### Task instructions:
The lines below starting at the line containing "v 9.087 12.327 6" and ending at the line containing "v 8.441 8.045 6" are to be repeated exactly, with both ends kept and nothing else added.
---- Records for the task
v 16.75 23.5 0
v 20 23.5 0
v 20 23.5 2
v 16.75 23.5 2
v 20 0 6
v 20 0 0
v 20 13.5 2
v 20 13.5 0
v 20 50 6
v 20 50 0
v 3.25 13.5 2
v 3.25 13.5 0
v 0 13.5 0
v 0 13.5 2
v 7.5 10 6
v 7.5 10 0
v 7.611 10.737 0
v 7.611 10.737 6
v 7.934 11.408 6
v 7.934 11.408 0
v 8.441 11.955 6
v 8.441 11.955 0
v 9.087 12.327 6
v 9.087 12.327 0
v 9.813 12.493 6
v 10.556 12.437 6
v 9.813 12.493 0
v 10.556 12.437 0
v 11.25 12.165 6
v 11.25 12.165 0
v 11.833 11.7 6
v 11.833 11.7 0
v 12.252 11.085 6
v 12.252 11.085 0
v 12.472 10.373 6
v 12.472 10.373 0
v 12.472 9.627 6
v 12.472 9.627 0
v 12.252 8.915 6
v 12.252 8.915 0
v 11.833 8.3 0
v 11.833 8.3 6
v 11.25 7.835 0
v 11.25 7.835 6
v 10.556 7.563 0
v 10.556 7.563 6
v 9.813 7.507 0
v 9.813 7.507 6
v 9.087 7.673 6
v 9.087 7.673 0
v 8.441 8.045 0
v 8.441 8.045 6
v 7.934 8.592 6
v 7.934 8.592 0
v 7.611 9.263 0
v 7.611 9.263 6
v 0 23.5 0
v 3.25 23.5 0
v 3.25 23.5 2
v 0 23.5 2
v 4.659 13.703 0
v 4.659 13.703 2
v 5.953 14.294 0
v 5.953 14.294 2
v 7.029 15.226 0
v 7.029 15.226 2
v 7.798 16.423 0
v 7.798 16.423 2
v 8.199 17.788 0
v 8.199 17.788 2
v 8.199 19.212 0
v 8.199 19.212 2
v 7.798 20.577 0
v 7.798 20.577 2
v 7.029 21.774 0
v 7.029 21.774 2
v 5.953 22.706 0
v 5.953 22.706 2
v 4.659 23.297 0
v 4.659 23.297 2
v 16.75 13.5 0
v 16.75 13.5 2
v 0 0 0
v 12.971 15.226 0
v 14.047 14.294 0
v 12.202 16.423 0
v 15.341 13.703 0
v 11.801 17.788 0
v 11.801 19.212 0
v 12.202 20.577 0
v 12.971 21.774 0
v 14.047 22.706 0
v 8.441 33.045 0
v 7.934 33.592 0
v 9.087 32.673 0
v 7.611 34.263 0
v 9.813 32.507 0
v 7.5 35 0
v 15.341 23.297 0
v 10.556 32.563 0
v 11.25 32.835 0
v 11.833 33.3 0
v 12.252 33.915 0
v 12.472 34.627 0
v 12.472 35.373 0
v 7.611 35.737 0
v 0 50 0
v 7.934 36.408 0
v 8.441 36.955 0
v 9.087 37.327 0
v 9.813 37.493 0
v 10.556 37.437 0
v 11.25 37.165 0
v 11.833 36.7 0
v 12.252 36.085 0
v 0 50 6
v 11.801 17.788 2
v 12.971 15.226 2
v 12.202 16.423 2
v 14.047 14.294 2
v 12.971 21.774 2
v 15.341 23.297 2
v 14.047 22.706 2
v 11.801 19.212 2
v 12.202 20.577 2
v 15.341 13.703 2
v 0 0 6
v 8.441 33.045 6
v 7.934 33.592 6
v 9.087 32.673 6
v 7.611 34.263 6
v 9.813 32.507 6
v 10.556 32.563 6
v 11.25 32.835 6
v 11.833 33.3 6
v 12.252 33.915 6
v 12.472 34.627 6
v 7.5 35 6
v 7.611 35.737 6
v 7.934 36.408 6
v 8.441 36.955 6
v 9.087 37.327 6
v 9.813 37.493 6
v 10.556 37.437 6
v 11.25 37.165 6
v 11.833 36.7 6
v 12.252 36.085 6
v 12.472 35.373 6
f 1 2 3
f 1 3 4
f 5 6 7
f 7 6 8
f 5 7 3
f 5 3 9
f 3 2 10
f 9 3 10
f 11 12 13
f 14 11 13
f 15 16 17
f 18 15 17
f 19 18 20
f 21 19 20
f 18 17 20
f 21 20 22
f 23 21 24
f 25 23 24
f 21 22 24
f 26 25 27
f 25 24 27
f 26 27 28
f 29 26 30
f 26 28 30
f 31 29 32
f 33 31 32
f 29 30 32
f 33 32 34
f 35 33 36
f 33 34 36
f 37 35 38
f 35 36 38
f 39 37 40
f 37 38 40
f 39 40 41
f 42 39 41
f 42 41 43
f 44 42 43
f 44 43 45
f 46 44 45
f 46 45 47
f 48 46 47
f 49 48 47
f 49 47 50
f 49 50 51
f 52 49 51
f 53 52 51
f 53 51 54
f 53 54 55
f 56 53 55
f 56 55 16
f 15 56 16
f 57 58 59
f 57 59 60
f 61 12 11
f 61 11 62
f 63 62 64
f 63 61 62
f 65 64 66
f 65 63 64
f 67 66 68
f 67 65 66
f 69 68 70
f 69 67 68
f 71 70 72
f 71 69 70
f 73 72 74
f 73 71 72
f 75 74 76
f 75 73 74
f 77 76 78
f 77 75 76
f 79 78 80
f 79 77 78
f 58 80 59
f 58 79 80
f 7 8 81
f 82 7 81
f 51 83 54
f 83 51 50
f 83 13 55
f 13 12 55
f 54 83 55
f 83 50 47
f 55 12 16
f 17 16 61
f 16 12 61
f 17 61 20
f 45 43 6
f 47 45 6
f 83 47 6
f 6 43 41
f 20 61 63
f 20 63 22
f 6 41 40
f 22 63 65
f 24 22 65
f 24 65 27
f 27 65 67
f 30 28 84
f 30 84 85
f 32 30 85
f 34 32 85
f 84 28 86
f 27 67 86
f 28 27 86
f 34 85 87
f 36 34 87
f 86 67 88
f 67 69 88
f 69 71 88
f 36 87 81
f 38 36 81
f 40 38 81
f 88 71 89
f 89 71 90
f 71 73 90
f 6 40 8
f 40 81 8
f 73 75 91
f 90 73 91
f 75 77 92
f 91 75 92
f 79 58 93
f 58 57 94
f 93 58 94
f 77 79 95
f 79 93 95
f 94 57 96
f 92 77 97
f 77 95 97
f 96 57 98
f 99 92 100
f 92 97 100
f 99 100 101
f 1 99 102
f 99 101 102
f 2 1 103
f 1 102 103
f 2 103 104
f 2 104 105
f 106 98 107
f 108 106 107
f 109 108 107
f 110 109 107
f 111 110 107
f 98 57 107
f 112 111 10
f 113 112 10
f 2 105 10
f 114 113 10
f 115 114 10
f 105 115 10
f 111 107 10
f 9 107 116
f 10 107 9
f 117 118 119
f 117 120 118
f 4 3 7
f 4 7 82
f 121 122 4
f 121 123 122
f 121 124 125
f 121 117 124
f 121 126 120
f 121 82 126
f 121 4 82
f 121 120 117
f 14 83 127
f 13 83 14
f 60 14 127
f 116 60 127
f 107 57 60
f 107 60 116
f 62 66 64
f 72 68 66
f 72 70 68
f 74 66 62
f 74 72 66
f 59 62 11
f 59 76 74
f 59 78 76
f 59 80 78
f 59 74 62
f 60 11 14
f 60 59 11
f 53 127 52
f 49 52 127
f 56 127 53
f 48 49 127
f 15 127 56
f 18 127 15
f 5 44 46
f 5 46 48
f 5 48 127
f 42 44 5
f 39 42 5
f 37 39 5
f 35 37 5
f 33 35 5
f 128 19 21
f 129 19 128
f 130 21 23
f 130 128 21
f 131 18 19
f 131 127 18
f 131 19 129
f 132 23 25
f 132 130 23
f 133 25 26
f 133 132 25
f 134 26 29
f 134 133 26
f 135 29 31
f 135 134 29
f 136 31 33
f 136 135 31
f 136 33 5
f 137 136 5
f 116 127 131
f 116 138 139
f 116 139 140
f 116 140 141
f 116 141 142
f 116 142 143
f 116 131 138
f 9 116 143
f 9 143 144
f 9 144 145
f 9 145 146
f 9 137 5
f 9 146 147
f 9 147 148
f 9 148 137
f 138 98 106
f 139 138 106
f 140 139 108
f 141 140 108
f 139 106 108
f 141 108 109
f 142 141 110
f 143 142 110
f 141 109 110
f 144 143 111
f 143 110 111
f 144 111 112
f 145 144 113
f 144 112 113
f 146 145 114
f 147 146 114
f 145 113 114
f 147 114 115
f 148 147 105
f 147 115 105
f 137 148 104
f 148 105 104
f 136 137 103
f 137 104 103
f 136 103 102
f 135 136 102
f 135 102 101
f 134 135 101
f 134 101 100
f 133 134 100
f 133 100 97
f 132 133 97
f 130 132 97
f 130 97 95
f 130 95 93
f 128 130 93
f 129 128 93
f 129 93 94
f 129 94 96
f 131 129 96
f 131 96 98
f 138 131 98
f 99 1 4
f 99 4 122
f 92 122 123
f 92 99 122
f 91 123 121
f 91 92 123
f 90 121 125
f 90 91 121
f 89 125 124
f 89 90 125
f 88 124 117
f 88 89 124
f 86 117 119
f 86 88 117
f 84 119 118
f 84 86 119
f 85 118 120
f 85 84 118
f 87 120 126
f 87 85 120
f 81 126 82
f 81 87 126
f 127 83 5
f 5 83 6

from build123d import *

# Parameters (mm, degrees)
ESBO_O1_W                = 20
ESBO_O1_H                = 50
RESSALTO_EXTRUS_O1_DEPTH = 6
ESBO_O2_R                = 2.5
CORTE_EXTRUS_O1_DEPTH    = 10
ESBO_O3_R                = 5
CORTE_EXTRUS_O2_DEPTH    = 2
ESBO_O4_W                = 3.25
ESBO_O4_H                = 10
CORTE_EXTRUS_O3_DEPTH    = 2
ESBO_O5_R                = 2.5
RESSALTO_EXTRUS_O2_DEPTH = 4


with BuildPart() as part:
    # Esboço1 → Ressalto-extrusão1 (new body)
    with BuildSketch(Plane.XY):
        with Locations((10, 25)):
            Rectangle(ESBO_O1_W, ESBO_O1_H)
    extrude(amount=RESSALTO_EXTRUS_O1_DEPTH)

    # Esboço2 → Corte-extrusão1 (cut)
    with BuildSketch(Plane(origin=(0, 0, 0), x_dir=(-1, 0, 0), z_dir=(0, 0, -1))):
        with Locations((-10, 35)):
            Circle(ESBO_O2_R)
        with Locations((-3.25, 18.5)):
            Circle(ESBO_O2_R)
        with Locations((-10, 10)):
            Circle(ESBO_O2_R)
    extrude(amount=-CORTE_EXTRUS_O1_DEPTH, mode=Mode.SUBTRACT)

    # Esboço3 → Corte-extrusão2 (cut)
    with BuildSketch(Plane.XY):
        with Locations((3.25, 18.5)):
            Circle(ESBO_O3_R)
        with Locations((16.75, 18.5)):
            Circle(ESBO_O3_R)
    extrude(amount=CORTE_EXTRUS_O2_DEPTH, mode=Mode.SUBTRACT)

    # Esboço4 → Corte-extrusão3 (cut)
    with BuildSketch(Plane(origin=(0, 0, 0), x_dir=(-1, 0, 0), z_dir=(0, 0, -1))):
        with Locations((-1.625, 18.5)):
            Rectangle(ESBO_O4_W, ESBO_O4_H)
        with Locations((-18.375, 18.5)):
            Rectangle(ESBO_O4_W, ESBO_O4_H)
    extrude(amount=-CORTE_EXTRUS_O3_DEPTH, mode=Mode.SUBTRACT)

    # Esboço5 → Ressalto-extrusão2 (add)
    with BuildSketch(Plane.XY.offset(6)):
        with Locations((3.25, 18.5)):
            Circle(ESBO_O5_R)
    extrude(amount=-RESSALTO_EXTRUS_O2_DEPTH)


solid = part.part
--------
### Task result:
v 9.087 12.327 6
v 9.087 12.327 0
v 9.813 12.493 6
v 10.556 12.437 6
v 9.813 12.493 0
v 10.556 12.437 0
v 11.25 12.165 6
v 11.25 12.165 0
v 11.833 11.7 6
v 11.833 11.7 0
v 12.252 11.085 6
v 12.252 11.085 0
v 12.472 10.373 6
v 12.472 10.373 0
v 12.472 9.627 6
v 12.472 9.627 0
v 12.252 8.915 6
v 12.252 8.915 0
v 11.833 8.3 0
v 11.833 8.3 6
v 11.25 7.835 0
v 11.25 7.835 6
v 10.556 7.563 0
v 10.556 7.563 6
v 9.813 7.507 0
v 9.813 7.507 6
v 9.087 7.673 6
v 9.087 7.673 0
v 8.441 8.045 0
v 8.441 8.045 6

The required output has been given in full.